Each alternative is a instance of a class derived from "basic-target". The "basic-target.generate" does several things that are always should be done:

  • Determines what properties should be used for building the target. This includes looking at requested properties, requirements, and usage requirements of all sources.

  • Builds all sources

  • Computes the usage requirements which should be passes back.

For the real work of constructing virtual target, a new method "construct" is called.

The "construct" method can be implemented in any way by classes derived from "basic-target", but one specific derived class plays the central role -- "typed-target". That class holds the desired type of file to be produces, and calls the generators modules to do the job.

This means that a specific metatarget subclass may avoid using generators at all. However, this is deprecated and we're trying to eliminate all such subsclasses at the moment.

Note that the build/targets.jam file contains an UML diagram which might help.

Virtual targets

Virtual targets correspond to the atomic things which can be updated. Each virtual target can be assigned an updating action -- instance of the action class. The action class, in turn, contains a list of source targets, properties, and a name of bjam action block which should be executed.

We try hard to never create equal instances of the virtual-target class. Each code which creates virtual targets passes them though the virtual-target.register function, which detects if a target with the same name, sources, and properties was created. In that case, existing target is returned.

When all virtual targets are produced, they are "actualized". This means that the real file names are computed, and the commands that should be run are generated. This is done by the virtual-target.actualize method and the action.actualize methods. The first is conceptually simple, while the second need additional explanation. The commands in bjam are generated in two-stage process. First, a rule with the appropriate name (for example "gcc.compile") is called and is given the names of targets. The rule sets some variables, like "OPTIONS". After that, the command string is taken, and variable are substitutes, so use of OPTIONS inside the command string become the real compile options.

Boost.Build added a third stage to simplify things. It's now possible to automatically convert properties to appropriate assignments to variables. For example, <debug-symbols>on would add "-g" to the OPTIONS variable, without requiring to manually add this logic to gcc.compile. This functionality is part of the "toolset" module.

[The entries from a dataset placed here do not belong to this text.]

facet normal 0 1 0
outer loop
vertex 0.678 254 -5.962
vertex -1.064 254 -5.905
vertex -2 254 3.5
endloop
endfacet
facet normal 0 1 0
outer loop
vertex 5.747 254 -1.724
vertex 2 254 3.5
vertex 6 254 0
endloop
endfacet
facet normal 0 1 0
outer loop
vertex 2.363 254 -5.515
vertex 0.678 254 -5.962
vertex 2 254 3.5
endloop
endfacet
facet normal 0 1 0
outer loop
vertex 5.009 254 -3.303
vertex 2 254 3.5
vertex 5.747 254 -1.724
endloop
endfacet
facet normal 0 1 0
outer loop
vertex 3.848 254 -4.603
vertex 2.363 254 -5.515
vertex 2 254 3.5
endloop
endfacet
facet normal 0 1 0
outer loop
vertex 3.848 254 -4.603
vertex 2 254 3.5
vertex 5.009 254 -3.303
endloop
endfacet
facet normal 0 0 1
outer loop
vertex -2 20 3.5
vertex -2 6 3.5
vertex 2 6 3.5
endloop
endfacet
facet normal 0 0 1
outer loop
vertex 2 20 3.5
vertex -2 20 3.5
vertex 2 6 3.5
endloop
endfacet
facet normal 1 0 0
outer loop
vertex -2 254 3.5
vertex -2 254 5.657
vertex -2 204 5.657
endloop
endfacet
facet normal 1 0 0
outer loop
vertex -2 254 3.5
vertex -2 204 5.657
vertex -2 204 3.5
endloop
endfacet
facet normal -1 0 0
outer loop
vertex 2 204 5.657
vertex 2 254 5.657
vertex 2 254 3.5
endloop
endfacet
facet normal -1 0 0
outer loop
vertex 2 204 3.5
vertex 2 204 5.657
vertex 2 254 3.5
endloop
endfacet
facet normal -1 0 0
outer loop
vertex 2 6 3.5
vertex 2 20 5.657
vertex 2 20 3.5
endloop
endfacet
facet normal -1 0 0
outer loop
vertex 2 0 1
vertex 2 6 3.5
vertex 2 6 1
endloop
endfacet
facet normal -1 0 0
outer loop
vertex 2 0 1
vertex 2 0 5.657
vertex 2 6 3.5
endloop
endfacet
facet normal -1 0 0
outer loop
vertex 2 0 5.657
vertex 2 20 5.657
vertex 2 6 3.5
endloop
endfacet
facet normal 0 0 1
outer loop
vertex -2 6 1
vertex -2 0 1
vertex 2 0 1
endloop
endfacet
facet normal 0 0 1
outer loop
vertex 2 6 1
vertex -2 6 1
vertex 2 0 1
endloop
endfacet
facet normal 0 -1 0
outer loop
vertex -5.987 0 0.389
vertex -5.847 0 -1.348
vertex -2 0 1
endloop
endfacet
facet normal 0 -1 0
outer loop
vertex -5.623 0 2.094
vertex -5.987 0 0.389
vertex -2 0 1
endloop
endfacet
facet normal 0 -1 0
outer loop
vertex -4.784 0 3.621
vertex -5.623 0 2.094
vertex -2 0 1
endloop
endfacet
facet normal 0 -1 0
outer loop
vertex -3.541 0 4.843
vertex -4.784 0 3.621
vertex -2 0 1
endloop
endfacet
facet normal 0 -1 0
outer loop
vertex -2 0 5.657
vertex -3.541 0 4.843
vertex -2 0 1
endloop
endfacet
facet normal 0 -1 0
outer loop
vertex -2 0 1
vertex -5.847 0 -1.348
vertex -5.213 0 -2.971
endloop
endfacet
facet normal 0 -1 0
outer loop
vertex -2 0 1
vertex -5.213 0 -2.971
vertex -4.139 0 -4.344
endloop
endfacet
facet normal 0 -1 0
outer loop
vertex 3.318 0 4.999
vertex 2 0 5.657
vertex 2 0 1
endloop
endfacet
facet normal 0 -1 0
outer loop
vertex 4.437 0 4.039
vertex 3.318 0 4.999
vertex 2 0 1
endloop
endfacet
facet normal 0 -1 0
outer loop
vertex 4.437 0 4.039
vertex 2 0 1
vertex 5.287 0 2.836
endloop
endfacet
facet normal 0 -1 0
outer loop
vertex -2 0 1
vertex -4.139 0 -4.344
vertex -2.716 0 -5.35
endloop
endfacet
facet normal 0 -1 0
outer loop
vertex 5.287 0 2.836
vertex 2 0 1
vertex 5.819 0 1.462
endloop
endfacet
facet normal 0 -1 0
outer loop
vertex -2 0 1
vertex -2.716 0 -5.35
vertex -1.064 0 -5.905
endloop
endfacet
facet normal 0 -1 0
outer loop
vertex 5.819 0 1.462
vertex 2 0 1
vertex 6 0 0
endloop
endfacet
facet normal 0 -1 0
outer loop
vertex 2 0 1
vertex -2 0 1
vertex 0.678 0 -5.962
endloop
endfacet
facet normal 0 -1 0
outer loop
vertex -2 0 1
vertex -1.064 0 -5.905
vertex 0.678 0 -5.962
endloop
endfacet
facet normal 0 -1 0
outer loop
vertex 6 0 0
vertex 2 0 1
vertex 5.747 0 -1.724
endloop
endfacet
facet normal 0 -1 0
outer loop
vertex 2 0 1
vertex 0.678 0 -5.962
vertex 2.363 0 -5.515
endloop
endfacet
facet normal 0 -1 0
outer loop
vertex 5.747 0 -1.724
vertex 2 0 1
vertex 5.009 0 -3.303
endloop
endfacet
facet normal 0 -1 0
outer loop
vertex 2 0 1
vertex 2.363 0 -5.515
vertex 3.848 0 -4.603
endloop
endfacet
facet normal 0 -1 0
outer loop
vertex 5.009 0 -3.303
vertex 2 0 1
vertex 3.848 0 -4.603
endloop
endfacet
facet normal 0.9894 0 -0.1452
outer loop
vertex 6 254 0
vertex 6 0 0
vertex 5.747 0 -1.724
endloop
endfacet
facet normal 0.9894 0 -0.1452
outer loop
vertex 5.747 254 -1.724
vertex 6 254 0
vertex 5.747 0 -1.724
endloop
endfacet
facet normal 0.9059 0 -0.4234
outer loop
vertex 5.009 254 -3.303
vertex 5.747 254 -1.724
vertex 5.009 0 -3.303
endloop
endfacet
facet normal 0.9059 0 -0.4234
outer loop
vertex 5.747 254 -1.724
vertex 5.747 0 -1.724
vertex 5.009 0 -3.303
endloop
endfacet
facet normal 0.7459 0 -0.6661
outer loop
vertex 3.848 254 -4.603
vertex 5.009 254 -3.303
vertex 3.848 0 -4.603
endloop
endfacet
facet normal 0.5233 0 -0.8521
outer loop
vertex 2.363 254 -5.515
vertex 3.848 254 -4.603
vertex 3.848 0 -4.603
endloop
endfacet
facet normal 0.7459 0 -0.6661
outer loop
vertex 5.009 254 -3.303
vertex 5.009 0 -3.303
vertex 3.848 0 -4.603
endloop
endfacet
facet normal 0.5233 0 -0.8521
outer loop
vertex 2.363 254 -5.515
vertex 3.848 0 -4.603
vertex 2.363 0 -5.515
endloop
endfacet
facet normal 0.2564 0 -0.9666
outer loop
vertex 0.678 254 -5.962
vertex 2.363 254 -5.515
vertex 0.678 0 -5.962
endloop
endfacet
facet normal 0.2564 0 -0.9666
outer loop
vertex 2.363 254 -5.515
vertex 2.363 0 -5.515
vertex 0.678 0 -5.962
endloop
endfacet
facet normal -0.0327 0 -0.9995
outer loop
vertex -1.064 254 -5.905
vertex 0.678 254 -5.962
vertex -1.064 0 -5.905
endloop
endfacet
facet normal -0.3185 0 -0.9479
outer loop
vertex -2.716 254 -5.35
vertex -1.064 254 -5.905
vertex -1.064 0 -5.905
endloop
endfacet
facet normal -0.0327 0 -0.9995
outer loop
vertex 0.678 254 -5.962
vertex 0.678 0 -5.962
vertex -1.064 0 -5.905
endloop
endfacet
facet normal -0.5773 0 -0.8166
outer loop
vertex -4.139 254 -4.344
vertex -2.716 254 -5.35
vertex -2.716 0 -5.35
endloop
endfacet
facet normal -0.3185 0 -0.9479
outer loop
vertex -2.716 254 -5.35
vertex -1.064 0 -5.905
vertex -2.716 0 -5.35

Note that the build/virtual-targets.jam file contains an UML diagram which might help.

Above, we noted that metatargets are built with a set of properties. That set is represented with the property-set class. An important point is that handling of property sets can get very expensive. For that reason, we make sure that for each set of (name, value) pairs only one property-set instance is created. The property-set uses extensive caching for all operation, so most work is avoided. The property-set.create is the factory function which should be used to create instances of the property-set class.